***** EXERCISE INPUT *****
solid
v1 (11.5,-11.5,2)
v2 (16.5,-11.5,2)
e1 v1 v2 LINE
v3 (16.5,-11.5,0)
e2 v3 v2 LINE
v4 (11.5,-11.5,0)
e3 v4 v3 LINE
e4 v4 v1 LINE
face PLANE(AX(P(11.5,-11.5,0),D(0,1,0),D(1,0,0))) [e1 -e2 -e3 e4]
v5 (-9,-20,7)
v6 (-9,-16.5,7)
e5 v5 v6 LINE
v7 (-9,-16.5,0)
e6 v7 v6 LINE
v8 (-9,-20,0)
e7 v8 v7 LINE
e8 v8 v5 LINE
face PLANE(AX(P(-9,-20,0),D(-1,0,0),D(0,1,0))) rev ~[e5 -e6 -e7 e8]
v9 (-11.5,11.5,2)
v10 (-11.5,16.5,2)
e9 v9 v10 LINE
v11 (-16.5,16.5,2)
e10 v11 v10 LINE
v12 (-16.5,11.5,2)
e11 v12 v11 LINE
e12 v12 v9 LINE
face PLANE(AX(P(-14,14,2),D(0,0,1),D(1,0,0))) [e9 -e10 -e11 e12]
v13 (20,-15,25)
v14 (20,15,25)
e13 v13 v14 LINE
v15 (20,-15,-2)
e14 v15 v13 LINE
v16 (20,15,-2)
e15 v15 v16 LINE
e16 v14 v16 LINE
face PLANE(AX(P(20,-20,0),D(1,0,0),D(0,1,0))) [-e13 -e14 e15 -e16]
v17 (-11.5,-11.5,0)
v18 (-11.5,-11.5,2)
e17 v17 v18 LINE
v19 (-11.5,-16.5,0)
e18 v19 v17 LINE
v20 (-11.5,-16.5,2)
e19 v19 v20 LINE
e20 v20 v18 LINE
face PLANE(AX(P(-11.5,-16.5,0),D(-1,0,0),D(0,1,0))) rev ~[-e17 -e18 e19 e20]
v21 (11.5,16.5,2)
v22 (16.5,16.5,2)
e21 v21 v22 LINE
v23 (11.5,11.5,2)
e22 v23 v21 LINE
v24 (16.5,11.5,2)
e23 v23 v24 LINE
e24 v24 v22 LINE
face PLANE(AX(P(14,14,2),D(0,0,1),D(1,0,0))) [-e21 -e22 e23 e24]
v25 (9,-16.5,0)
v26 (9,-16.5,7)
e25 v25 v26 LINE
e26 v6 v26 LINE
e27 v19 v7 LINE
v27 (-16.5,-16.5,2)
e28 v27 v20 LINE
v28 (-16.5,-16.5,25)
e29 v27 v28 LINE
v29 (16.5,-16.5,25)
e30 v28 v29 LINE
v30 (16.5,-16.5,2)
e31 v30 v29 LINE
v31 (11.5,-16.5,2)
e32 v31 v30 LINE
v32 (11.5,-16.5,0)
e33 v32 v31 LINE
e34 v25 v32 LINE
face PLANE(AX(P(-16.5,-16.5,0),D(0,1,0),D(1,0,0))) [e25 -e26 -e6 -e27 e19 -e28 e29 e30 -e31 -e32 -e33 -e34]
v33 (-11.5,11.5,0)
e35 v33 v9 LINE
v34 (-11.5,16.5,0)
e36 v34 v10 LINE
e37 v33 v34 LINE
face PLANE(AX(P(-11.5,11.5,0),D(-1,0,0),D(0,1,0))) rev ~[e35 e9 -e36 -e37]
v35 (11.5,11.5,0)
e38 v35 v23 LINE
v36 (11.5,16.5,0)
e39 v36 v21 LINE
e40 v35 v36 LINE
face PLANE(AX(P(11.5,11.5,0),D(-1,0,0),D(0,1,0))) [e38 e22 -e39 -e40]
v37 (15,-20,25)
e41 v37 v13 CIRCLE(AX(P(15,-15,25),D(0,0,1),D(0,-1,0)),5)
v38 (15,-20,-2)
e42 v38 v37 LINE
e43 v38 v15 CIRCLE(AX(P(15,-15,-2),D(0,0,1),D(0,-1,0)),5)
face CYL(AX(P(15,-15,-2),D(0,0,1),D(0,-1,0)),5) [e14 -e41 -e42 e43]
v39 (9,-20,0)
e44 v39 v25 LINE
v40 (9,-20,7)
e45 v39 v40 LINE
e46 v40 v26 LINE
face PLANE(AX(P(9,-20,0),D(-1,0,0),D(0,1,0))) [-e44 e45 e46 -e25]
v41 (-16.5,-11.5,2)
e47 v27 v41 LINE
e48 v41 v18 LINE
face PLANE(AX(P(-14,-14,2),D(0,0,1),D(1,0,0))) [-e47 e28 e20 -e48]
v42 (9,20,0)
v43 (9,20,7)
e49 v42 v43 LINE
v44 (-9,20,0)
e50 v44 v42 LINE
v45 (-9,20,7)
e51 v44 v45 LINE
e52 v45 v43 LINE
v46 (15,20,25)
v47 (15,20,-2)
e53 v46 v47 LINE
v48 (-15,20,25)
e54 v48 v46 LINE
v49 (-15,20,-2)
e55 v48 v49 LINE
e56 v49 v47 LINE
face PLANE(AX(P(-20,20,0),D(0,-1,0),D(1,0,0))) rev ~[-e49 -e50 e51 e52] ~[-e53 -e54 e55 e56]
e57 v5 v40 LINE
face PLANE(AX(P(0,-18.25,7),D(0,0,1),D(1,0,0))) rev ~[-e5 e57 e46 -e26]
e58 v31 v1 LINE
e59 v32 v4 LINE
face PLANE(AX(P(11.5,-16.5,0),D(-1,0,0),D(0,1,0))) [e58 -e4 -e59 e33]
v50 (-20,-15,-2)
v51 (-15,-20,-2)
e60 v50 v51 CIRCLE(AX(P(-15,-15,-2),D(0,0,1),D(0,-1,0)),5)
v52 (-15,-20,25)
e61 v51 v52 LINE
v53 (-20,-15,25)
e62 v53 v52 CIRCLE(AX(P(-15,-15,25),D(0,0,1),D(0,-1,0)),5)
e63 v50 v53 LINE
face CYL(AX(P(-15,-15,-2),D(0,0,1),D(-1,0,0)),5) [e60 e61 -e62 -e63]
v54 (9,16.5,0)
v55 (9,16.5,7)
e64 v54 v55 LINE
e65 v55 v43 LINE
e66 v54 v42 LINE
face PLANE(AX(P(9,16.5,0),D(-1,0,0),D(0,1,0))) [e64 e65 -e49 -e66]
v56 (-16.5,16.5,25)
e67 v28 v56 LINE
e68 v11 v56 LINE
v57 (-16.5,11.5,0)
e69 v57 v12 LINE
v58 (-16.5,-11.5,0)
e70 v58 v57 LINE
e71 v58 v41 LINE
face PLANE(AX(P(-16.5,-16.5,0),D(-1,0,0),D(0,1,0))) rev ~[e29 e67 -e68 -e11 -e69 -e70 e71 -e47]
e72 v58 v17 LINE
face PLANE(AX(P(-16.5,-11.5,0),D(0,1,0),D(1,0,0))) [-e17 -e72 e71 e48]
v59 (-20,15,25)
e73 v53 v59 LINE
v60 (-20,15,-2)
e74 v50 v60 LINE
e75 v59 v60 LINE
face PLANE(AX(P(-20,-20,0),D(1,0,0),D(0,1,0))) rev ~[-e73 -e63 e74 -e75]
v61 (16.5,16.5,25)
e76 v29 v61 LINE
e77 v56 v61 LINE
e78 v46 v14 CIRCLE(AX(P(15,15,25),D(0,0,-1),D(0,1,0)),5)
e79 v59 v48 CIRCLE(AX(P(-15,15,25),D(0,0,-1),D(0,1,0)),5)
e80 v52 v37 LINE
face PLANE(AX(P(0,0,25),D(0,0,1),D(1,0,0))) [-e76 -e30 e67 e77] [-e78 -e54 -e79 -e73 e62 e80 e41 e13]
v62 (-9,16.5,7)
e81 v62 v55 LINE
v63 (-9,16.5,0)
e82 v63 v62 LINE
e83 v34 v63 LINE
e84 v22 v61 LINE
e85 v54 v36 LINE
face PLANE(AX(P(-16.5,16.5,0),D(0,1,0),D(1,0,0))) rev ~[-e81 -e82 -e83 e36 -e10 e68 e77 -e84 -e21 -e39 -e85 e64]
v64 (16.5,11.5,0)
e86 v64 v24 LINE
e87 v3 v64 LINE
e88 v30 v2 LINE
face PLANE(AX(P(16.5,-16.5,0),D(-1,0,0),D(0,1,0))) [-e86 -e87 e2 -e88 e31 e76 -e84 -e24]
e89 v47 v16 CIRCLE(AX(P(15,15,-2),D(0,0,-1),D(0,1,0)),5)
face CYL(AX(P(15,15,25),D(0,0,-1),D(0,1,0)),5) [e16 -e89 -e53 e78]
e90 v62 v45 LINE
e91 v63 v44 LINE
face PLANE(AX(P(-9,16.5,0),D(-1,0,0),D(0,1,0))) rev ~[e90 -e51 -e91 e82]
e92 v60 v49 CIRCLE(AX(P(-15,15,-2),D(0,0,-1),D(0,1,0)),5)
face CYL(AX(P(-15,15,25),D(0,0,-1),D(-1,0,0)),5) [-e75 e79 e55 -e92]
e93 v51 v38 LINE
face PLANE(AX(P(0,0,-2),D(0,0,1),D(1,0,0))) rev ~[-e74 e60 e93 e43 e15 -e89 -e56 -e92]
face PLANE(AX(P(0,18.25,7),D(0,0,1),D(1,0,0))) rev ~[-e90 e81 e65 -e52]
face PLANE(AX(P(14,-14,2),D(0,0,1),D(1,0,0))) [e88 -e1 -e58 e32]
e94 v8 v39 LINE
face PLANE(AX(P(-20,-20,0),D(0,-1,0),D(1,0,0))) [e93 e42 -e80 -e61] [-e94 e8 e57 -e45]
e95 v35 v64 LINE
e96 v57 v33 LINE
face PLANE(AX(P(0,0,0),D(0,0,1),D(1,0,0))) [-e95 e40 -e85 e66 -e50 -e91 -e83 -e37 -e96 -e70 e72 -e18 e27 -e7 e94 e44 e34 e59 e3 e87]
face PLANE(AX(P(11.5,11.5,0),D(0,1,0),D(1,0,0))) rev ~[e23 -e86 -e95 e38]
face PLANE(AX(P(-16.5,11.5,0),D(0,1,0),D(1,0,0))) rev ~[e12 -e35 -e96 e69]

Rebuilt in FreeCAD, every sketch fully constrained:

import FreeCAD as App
import Part
import Sketcher

V = App.Vector


def edges_at(feature, points):
    """Names of the edges that pass closest to the given points."""
    edges = feature.Shape.Edges
    near = lambda p: min(range(len(edges)), key=lambda i: edges[i].distToShape(Part.Vertex(*p))[0])
    return sorted({f"Edge{near(p) + 1}" for p in points})

doc = App.newDocument("Part")
body = doc.addObject("PartDesign::Body", "Body")

# Sketch on XY plane
sketch1 = body.newObject("Sketcher::SketchObject", "Sketch")
sketch1.AttachmentSupport = (doc.getObject("XY_Plane"), [""])
sketch1.MapMode = "FlatFace"
sketch1.addGeometry([
    Part.LineSegment(V(-20, 20, 0), V(-20, -20, 0)),  # 0
    Part.LineSegment(V(-20, -20, 0), V(20, -20, 0)),  # 1
    Part.LineSegment(V(20, -20, 0), V(20, 20, 0)),  # 2
    Part.LineSegment(V(20, 20, 0), V(-20, 20, 0)),  # 3
    Part.LineSegment(V(16, -16, 0), V(-16, -16, 0)),  # 4
    Part.LineSegment(V(-16, -16, 0), V(-16, 16, 0)),  # 5
    Part.LineSegment(V(-16, 16, 0), V(16, 16, 0)),  # 6
    Part.LineSegment(V(16, 16, 0), V(16, -16, 0)),  # 7
], False)
sketch1.addConstraint([
    Sketcher.Constraint("Coincident", 0, 2, 1, 1),
    Sketcher.Constraint("Coincident", 1, 2, 2, 1),
    Sketcher.Constraint("Coincident", 2, 2, 3, 1),
    Sketcher.Constraint("Coincident", 3, 2, 0, 1),
    Sketcher.Constraint("Coincident", 4, 2, 5, 1),
    Sketcher.Constraint("Coincident", 5, 2, 6, 1),
    Sketcher.Constraint("Coincident", 6, 2, 7, 1),
    Sketcher.Constraint("Coincident", 7, 2, 4, 1),
    Sketcher.Constraint("Vertical", 0),
    Sketcher.Constraint("Horizontal", 1),
    Sketcher.Constraint("Vertical", 2),
    Sketcher.Constraint("Horizontal", 3),
    Sketcher.Constraint("Horizontal", 4),
    Sketcher.Constraint("Vertical", 5),
    Sketcher.Constraint("Horizontal", 6),
    Sketcher.Constraint("Vertical", 7),
    Sketcher.Constraint("Symmetric", 0, 2, 2, 2, -1, 1),
    Sketcher.Constraint("Symmetric", 4, 2, 6, 2, -1, 1),
    Sketcher.Constraint("Equal", 3, 0),
    Sketcher.Constraint("Equal", 6, 5),
    Sketcher.Constraint("DistanceX", 1, 1, 1, 2, 40.0),
    Sketcher.Constraint("DistanceX", 4, 2, 4, 1, 33.0),
])
pad1 = body.newObject("PartDesign::Pad", "Pad")
pad1.Profile = sketch1
pad1.Length = 25

# Sketch on XY plane
sketch2 = body.newObject("Sketcher::SketchObject", "Sketch001")
sketch2.AttachmentSupport = (doc.getObject("XY_Plane"), [""])
sketch2.MapMode = "FlatFace"
sketch2.addGeometry([
    Part.LineSegment(V(-20, 20, 0), V(-20, -20, 0)),
    Part.LineSegment(V(-20, -20, 0), V(20, -20, 0)),
    Part.LineSegment(V(20, -20, 0), V(20, 20, 0)),
    Part.LineSegment(V(20, 20, 0), V(-20, 20, 0)),
], False)
sketch2.addConstraint([
    Sketcher.Constraint("Coincident", 0, 2, 1, 1),
    Sketcher.Constraint("Coincident", 1, 2, 2, 1),
    Sketcher.Constraint("Coincident", 2, 2, 3, 1),
    Sketcher.Constraint("Coincident", 3, 2, 0, 1),
    Sketcher.Constraint("Vertical", 0),
    Sketcher.Constraint("Horizontal", 1),
    Sketcher.Constraint("Vertical", 2),
    Sketcher.Constraint("Horizontal", 3),
    Sketcher.Constraint("Symmetric", 0, 2, 2, 2, -1, 1),
    Sketcher.Constraint("Equal", 3, 0),
    Sketcher.Constraint("DistanceX", 1, 1, 1, 2, 40.0),
])
pad2 = body.newObject("PartDesign::Pad", "Pad001")
pad2.Profile = sketch2
pad2.Length = 2
pad2.Reversed = True

# Sketch on XY plane
sketch3 = body.newObject("Sketcher::SketchObject", "Sketch002")
sketch3.AttachmentSupport = (doc.getObject("XY_Plane"), [""])
sketch3.MapMode = "FlatFace"
sketch3.addGeometry([
    Part.LineSegment(V(-16, 16, 0), V(-16, 12, 0)),  # 0
    Part.LineSegment(V(-16, 12, 0), V(-12, 12, 0)),  # 1
    Part.LineSegment(V(-12, 12, 0), V(-12, 16, 0)),  # 2
    Part.LineSegment(V(-12, 16, 0), V(-16, 16, 0)),  # 3
    Part.LineSegment(V(12, 16, 0), V(12, 12, 0)),  # 4
    Part.LineSegment(V(12, 12, 0), V(16, 12, 0)),  # 5
    Part.LineSegment(V(16, 12, 0), V(16, 16, 0)),  # 6
    Part.LineSegment(V(16, 16, 0), V(12, 16, 0)),  # 7
    Part.LineSegment(V(-16, -12, 0), V(-16, -16, 0)),  # 8
    Part.LineSegment(V(-16, -16, 0), V(-12, -16, 0)),  # 9
    Part.LineSegment(V(-12, -16, 0), V(-12, -12, 0)),  # 10
    Part.LineSegment(V(-12, -12, 0), V(-16, -12, 0)),  # 11
    Part.LineSegment(V(12, -12, 0), V(12, -16, 0)),  # 12
    Part.LineSegment(V(12, -16, 0), V(16, -16, 0)),  # 13
    Part.LineSegment(V(16, -16, 0), V(16, -12, 0)),  # 14
    Part.LineSegment(V(16, -12, 0), V(12, -12, 0)),  # 15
*****
WHAT THE TASK REQUIRES:
From the material above, retype precisely the lines between the line holding "e3 v4 v3 LINE" and the line holding "v9 (-11.5,11.5,2)", inclusive, and nothing beyond them.

EXERCISE OUTPUT:
e3 v4 v3 LINE
e4 v4 v1 LINE
face PLANE(AX(P(11.5,-11.5,0),D(0,1,0),D(1,0,0))) [e1 -e2 -e3 e4]
v5 (-9,-20,7)
v6 (-9,-16.5,7)
e5 v5 v6 LINE
v7 (-9,-16.5,0)
e6 v7 v6 LINE
v8 (-9,-20,0)
e7 v8 v7 LINE
e8 v8 v5 LINE
face PLANE(AX(P(-9,-20,0),D(-1,0,0),D(0,1,0))) rev ~[e5 -e6 -e7 e8]
v9 (-11.5,11.5,2)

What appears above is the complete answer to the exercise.